Cadáveres

Ariel Bermani

 

 

 

 

Esa noche.

Lo primero que se ve, a la distancia, es la mancha de sangre en la camisa celeste. El resto del cuerpo apenas puede adivinarse. La sangre forma una amplia figura espesa que gotea.

El cuerpo de la mujer está doblado en dos, de cara al cielo, con los ojos abiertos y los puños apretados.

Algunas personas están mirando desde muy cerca. Un viejo que tiene un cigarrillo en los labios apoya la espalda en la pared.

Cuando llegan los patrulleros el lugar se puebla de luces y de voces. Alguien cubre el cadáver con una sábana marrón, alguien habla por un teléfono celular. Los policías empujan a los curiosos hacia el medio de la calle.

Media hora después el sitio queda otra vez vacío.

Donde había estado el cuerpo de la mujer sólo permanecen un perro escuálido, hambriento y un poco de sangre seca.

 

 

 

Más tarde.

Alejo enciende un nuevo cigarrillo y lo fuma mientras camina. En la plaza de Once se mete en uno de los bares de la estación, cerca de la ventana. Cuando termina con la primera ginebra pide la segunda y enseguida la tercera.

Después paga y se va.

Cuando llega a su casa deja el revólver sobre la mesa y se desnuda. Se mira las ojeras en el espejo del baño. Se mira la barba de días, el cuerpo huesudo y sin grasa, los brazos delgados, los dedos con olor a nicotina y con restos de sangre.

Al rato empiezan los ruidos en el edificio: despertadores, radios, discusiones en voz baja. Es martes, es una calurosa mañana de otoño.

 

 

 

Un día después.

Se sirve medio vaso de ginebra y le agrega dos cubitos. El tipo que está con él también tiene un vaso con ginebra.

La única luz de la habitación la proporciona una lamparita de 60 watts que cuelga desde la mitad del techo. Hay un sillón de tapizado roto, un televisor blanco y negro, una mesa, dos sillas, un radiograbador, un teléfono. Enrique está sentado en el sillón y Alejo en una de las sillas. Arrojan la ceniza en una lata de arvejas vacía.

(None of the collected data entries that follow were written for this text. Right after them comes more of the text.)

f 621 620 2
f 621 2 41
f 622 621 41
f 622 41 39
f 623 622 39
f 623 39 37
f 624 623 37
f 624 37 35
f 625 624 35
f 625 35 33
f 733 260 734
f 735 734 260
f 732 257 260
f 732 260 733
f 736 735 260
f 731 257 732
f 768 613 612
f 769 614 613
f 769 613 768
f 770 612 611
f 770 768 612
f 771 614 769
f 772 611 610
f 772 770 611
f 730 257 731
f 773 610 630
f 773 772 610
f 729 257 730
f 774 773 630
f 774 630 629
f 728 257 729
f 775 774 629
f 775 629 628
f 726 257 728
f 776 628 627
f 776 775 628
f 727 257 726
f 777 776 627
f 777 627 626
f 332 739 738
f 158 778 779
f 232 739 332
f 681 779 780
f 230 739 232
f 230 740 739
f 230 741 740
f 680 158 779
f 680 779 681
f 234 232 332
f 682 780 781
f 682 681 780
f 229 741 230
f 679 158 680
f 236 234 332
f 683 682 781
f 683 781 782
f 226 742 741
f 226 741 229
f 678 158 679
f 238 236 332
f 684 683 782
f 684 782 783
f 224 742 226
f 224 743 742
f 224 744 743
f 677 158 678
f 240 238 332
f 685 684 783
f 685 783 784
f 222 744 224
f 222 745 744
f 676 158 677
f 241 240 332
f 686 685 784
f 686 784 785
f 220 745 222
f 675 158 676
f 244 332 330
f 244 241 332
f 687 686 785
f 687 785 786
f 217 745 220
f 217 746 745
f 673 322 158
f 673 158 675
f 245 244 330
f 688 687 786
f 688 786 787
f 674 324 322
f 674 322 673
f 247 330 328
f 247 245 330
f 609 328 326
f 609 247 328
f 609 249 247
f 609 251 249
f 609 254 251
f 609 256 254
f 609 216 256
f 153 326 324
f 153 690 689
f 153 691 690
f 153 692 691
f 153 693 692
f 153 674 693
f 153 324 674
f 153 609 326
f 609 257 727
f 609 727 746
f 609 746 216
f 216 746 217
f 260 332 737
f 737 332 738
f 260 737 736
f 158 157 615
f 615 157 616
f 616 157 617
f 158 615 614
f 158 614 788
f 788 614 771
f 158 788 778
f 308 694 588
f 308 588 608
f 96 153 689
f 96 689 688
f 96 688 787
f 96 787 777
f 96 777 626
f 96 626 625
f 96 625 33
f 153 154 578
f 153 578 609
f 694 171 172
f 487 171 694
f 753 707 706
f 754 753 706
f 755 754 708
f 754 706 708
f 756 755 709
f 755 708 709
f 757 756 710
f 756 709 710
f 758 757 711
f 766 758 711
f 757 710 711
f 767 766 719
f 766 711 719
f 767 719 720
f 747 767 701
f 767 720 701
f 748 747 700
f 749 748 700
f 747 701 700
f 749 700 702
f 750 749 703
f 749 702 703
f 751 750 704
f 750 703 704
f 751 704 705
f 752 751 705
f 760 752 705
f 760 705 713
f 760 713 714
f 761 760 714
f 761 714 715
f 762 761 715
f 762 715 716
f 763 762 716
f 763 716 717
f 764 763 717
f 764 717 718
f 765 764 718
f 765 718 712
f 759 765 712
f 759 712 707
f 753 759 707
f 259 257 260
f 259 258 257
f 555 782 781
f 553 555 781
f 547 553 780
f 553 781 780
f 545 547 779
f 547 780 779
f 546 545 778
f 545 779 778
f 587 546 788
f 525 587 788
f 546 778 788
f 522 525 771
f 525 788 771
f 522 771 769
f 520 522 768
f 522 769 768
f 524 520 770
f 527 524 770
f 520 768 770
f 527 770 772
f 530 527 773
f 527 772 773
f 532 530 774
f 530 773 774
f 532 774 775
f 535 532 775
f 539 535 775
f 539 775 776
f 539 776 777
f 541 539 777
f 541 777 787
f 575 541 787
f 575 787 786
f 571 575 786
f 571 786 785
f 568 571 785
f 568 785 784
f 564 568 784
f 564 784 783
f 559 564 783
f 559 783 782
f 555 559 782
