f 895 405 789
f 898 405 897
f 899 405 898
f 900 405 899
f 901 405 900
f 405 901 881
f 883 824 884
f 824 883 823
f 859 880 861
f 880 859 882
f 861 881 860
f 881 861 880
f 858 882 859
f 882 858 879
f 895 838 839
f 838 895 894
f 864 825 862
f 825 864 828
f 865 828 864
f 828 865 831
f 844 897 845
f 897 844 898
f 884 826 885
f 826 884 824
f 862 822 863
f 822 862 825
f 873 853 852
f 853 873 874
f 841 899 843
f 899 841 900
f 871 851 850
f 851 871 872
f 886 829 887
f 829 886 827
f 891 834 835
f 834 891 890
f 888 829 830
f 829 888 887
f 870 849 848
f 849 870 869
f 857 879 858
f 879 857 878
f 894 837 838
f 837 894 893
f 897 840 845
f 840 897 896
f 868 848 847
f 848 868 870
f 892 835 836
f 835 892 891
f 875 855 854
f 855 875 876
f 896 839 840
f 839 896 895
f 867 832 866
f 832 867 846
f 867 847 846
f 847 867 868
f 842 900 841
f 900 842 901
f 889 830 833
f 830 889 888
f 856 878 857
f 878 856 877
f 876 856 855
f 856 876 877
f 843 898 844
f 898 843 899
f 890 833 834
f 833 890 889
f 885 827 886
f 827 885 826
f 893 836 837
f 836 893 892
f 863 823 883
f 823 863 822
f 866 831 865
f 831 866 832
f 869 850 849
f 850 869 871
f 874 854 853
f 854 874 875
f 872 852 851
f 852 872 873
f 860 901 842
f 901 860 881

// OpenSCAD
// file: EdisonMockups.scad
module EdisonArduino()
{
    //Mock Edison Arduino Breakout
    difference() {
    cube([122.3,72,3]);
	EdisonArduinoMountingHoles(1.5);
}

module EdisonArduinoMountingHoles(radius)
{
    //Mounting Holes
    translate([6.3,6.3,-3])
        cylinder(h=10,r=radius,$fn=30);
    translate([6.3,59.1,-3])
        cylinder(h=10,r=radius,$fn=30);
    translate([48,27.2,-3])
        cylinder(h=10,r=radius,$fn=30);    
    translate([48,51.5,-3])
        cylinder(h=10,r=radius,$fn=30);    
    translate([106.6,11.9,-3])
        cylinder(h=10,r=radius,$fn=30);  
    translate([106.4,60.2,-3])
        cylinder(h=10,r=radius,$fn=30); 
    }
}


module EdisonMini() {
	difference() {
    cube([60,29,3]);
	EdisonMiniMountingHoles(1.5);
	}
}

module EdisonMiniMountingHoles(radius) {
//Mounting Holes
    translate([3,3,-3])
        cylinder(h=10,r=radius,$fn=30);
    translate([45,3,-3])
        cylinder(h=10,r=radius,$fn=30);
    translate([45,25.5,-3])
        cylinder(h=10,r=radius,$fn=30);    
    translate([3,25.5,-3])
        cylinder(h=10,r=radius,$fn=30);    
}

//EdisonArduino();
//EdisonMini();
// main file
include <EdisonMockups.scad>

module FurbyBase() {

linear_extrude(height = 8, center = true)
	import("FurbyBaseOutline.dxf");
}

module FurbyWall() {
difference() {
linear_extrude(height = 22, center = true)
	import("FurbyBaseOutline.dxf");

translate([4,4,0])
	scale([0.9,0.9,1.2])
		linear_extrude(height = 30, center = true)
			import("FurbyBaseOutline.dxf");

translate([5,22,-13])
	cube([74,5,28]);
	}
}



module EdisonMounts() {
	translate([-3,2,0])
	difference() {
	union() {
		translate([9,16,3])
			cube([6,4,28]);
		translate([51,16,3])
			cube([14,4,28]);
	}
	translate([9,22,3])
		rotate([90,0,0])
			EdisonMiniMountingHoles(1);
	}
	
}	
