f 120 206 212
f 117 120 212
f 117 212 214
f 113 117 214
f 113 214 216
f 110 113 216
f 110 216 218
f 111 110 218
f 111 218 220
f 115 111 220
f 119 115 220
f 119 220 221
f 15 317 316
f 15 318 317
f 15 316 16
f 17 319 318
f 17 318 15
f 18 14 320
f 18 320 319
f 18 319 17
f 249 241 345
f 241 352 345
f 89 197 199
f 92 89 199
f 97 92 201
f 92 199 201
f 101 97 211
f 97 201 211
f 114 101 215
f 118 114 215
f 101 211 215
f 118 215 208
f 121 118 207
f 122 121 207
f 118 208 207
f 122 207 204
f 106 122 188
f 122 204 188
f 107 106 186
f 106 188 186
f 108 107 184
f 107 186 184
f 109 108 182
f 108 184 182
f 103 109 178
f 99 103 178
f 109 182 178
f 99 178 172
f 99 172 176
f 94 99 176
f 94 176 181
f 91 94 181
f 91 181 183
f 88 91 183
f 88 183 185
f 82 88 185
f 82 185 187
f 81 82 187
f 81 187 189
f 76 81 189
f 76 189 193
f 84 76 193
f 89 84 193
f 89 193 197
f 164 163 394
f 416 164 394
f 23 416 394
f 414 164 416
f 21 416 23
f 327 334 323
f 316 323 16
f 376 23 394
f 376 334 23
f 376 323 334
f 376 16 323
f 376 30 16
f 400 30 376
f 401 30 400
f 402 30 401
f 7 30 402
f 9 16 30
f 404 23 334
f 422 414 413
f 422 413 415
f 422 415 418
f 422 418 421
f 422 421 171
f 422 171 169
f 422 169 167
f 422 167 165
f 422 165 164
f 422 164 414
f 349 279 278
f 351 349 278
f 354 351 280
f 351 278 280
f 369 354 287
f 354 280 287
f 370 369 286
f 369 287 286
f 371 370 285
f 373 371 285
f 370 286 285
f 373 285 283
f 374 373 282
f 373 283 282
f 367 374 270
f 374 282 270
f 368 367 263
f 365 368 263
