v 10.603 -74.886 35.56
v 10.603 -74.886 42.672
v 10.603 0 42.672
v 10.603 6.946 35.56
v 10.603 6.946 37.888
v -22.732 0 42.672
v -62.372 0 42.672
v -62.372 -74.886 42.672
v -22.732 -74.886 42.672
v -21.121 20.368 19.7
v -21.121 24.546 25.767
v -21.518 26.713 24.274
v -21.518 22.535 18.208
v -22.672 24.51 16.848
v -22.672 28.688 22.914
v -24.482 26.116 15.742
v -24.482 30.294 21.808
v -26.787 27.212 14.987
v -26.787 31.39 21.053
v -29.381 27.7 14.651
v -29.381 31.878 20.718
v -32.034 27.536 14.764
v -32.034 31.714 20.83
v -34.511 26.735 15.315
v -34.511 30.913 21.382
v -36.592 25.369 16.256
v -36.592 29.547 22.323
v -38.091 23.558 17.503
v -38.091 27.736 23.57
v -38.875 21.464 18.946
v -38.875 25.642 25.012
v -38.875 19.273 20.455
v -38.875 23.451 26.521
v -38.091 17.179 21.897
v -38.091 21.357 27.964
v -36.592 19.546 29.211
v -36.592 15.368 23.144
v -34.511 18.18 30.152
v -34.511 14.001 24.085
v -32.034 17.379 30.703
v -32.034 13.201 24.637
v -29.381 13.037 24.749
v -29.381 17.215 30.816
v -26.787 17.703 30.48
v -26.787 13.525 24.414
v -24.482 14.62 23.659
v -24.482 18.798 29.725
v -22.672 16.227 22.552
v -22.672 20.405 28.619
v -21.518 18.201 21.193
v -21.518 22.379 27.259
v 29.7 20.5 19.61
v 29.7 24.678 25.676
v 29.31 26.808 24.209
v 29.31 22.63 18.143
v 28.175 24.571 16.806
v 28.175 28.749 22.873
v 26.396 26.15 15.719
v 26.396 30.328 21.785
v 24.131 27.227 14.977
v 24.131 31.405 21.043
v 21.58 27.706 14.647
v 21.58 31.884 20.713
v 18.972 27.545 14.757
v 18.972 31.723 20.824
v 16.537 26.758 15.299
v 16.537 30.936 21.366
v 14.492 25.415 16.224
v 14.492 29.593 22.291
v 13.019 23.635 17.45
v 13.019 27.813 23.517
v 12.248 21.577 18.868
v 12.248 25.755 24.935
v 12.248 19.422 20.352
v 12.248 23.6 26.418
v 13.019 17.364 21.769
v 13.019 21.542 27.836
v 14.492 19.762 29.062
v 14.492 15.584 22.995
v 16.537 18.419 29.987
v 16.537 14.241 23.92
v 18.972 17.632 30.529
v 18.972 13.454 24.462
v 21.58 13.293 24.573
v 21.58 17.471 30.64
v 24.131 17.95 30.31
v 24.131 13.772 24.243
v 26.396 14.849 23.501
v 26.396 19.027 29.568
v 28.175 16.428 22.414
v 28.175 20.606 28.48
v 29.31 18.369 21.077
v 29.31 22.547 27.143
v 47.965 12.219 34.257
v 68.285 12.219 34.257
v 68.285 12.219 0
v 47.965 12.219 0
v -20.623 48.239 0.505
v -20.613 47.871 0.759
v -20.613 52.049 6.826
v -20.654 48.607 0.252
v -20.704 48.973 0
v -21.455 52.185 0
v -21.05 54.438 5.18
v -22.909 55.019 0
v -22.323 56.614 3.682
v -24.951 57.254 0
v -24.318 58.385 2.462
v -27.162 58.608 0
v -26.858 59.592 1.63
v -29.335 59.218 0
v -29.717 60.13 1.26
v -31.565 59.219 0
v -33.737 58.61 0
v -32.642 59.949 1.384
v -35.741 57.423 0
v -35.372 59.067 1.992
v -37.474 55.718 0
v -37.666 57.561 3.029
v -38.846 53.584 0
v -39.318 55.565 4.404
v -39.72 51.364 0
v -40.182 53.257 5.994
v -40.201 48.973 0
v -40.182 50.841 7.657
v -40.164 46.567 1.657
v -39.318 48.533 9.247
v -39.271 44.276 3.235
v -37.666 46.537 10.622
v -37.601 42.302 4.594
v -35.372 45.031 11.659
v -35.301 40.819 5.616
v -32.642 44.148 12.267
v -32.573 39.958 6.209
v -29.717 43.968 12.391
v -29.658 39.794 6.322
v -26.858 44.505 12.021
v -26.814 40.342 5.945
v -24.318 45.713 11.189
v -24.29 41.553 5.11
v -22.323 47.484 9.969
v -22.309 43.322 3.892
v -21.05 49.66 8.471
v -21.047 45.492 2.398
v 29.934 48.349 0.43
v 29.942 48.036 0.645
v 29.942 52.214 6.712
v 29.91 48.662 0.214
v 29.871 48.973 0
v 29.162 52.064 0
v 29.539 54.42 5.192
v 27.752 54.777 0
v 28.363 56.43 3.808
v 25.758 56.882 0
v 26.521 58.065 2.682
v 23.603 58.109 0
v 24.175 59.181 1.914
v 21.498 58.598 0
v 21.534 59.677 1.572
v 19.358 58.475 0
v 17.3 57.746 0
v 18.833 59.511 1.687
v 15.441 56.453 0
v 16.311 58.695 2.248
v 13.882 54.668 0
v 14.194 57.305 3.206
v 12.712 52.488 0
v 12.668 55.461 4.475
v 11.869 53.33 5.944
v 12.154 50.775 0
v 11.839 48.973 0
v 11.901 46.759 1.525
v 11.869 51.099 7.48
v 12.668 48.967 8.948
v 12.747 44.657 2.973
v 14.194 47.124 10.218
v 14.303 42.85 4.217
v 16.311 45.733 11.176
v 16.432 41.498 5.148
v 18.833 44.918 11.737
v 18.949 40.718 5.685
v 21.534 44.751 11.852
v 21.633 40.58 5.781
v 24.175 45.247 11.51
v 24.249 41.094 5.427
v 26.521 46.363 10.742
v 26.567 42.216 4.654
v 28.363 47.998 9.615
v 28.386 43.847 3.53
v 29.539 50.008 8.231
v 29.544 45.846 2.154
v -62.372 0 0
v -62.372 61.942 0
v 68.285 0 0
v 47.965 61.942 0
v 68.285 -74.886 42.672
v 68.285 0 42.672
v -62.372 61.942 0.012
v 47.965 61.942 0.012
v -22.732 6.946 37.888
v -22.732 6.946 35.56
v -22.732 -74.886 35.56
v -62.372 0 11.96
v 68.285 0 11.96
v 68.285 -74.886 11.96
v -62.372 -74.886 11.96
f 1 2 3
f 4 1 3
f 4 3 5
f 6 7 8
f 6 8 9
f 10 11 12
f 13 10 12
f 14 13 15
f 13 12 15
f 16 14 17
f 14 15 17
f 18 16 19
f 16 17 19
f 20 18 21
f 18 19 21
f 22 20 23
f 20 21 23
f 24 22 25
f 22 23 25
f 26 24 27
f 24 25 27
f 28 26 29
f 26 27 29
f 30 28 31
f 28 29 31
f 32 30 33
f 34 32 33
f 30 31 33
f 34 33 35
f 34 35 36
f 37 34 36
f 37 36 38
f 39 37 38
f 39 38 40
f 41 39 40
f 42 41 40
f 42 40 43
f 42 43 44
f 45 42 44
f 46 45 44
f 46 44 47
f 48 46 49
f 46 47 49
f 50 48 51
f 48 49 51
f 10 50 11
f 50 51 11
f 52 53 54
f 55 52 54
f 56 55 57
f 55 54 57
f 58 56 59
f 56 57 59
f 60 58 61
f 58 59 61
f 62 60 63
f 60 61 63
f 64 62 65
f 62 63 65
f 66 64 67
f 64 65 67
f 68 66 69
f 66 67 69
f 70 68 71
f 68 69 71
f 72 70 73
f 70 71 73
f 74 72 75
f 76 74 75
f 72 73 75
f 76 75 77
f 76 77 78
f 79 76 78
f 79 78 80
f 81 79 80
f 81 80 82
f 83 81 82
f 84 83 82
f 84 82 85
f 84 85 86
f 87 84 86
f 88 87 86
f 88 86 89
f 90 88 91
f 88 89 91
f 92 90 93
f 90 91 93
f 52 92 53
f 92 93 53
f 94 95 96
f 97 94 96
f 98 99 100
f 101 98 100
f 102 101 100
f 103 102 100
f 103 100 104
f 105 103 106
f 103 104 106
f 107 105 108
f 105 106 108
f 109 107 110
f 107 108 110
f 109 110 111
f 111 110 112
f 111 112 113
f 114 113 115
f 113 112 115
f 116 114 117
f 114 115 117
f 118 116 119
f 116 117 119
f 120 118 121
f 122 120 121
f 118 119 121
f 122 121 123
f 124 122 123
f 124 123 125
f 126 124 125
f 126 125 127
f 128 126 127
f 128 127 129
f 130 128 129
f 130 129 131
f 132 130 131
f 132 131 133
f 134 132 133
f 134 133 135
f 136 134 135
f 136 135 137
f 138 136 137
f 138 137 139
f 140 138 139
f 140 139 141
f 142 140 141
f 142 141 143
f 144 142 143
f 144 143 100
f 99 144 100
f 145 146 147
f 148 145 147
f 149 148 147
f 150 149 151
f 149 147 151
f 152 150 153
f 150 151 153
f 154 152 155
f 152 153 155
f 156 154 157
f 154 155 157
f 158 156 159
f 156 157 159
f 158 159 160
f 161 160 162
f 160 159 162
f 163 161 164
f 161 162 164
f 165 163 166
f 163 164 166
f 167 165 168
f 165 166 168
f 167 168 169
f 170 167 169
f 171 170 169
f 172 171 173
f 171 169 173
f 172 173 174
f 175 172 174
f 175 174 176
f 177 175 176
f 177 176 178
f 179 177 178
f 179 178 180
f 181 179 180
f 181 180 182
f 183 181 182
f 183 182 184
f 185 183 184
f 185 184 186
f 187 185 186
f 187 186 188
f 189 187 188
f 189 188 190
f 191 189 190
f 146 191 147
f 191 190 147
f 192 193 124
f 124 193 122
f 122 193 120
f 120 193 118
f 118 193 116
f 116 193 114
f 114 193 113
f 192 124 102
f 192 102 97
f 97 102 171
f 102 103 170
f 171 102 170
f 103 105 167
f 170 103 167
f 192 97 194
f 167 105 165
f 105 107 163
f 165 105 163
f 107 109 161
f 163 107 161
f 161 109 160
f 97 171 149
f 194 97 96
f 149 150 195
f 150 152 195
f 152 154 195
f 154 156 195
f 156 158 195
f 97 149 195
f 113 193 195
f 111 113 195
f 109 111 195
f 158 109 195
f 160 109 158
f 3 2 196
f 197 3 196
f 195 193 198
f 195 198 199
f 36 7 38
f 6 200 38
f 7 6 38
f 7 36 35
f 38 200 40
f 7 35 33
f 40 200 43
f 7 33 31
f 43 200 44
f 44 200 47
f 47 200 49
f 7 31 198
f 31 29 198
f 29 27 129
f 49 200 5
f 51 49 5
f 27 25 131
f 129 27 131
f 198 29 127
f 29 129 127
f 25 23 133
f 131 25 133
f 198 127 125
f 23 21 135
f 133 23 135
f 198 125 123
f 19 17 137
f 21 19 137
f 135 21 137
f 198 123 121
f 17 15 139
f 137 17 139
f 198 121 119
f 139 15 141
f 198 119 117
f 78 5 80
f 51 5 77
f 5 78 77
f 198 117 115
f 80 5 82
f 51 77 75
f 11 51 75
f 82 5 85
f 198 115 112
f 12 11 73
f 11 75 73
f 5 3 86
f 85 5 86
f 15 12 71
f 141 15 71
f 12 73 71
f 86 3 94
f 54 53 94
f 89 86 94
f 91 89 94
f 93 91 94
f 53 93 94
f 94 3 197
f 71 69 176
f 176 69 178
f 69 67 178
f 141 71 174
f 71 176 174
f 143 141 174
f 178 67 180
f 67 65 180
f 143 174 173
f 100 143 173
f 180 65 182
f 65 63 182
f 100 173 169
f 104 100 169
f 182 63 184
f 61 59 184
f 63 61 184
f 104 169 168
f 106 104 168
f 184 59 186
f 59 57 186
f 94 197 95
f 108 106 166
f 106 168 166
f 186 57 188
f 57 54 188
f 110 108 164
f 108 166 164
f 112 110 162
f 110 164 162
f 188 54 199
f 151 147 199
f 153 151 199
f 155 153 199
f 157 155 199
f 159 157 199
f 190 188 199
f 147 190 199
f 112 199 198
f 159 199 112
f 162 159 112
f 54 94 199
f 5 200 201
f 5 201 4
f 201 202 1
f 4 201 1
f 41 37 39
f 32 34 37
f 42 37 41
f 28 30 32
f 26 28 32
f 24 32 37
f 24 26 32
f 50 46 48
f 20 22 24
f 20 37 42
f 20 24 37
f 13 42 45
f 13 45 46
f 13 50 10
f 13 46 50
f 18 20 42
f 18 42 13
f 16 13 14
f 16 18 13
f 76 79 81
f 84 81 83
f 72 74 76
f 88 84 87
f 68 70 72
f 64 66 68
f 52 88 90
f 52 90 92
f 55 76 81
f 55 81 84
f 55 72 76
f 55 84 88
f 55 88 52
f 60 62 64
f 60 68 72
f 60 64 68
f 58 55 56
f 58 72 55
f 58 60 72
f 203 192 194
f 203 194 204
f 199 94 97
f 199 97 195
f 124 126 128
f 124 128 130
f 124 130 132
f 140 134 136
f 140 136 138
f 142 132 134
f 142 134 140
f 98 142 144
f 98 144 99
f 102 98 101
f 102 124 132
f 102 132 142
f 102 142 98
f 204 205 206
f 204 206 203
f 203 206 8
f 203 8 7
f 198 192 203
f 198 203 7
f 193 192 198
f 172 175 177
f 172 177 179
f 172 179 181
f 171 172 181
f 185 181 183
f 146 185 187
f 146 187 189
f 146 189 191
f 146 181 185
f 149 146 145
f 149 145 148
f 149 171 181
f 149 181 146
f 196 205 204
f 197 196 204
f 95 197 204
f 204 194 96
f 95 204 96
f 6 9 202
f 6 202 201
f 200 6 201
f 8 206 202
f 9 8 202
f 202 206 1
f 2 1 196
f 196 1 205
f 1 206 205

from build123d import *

# Parameters (mm, degrees)
F0_W      = 130.6576728821
F0_H      = 136.8280164897
F1_DEPTH  = 42.672
F3_DEPTH  = 168.402
F4_W      = 33.3350868896
F4_H      = 81.8327208981
F5_DEPTH  = 7.112
F7_DEPTH  = 20.32
F8_W      = 74.8863741755
F8_H      = 14.6345880348
F9_DEPTH  = 153.162
F10_R     = 8.7751073359
F10_R_2   = 8.9268024196
F10_R_3   = 9.0872621363
F10_R_4   = 9.8396569886
F11_DEPTH = 7.366


with BuildPart() as f1:
    # F0 (on Top) → F1 (new body)
    with BuildSketch(Plane.XY):
        with Locations((2.9565617442, -6.4723659307)):
            Rectangle(F0_W, F0_H)
    extrude(amount=F1_DEPTH)

    # F2 (on face) → F3 (cut)
    with BuildSketch(Plane.YZ.offset(68.2853981853)):
        Polygon((81.023953855, 51.4655448496), (0, 42.672), (83.4134221077, -14.7754913196), align=None)
    extrude(amount=-F3_DEPTH, mode=Mode.SUBTRACT)

    # F4 (on face) → F5 (cut)
    with BuildSketch(Plane.XY.offset(42.672)):
        with Locations((-6.0645765625, -33.9700137265)):
            Rectangle(F4_W, F4_H)
    extrude(amount=-F5_DEPTH, mode=Mode.SUBTRACT)

    # F6 (on face) → F7 (cut)
    with BuildSketch(Plane.YZ.offset(68.2853981853)):
        Polygon((71.3876187801, 35.8445122838), (12.2187227448, 34.2568678656), (12.2187227448, -9.6190823242), (71.3876187801, -9.6190823242), align=None)
    extrude(amount=-F7_DEPTH, mode=Mode.SUBTRACT)

    # F8 (on face) → F9 (cut)
    with BuildSketch(Plane.YZ.offset(68.2853981853)):
        with Locations((-37.4431870878, 4.6425884357)):
            Rectangle(F8_W, F8_H)
    extrude(amount=-F9_DEPTH, mode=Mode.SUBTRACT)

    # F10 (on face) → F11 (cut)
    with BuildSketch(Plane(origin=(0, 19.933646388, 28.943538214), x_dir=(1, 0, 0), z_dir=(0, 0.5672042031, 0.8235771925))):
        with Locations((20.9246538579, 5.7601314038)):
            Circle(F10_R)
        with Locations((-30.0480592996, 5.6009339169)):
            Circle(F10_R_2)
        with Locations((20.8549834788, 39.1954258084)):
            Circle(F10_R_3)
        with Locations((-30.4525401443, 38.9948263764)):
            Circle(F10_R_4)
    extrude(amount=-F11_DEPTH, mode=Mode.SUBTRACT)


solid = f1.part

Cuando suena el teléfono, Alejo, sin apuro, se estira y levanta el tubo. Escucha, responde con monosílabos. La charla dura apenas unos segundos. Cuando corta sale de la habitación y regresa con tres cassettes. Pone uno en el radiograbador: Stravinsky, Concierto para piano y oboe.

 

 

 

Más tarde.

Está sentado en la cama, tomando mucho café, sin ganas de salir o de mirar televisión o de dormirse. Sólo se levanta para ir a la cocina a calentar más café.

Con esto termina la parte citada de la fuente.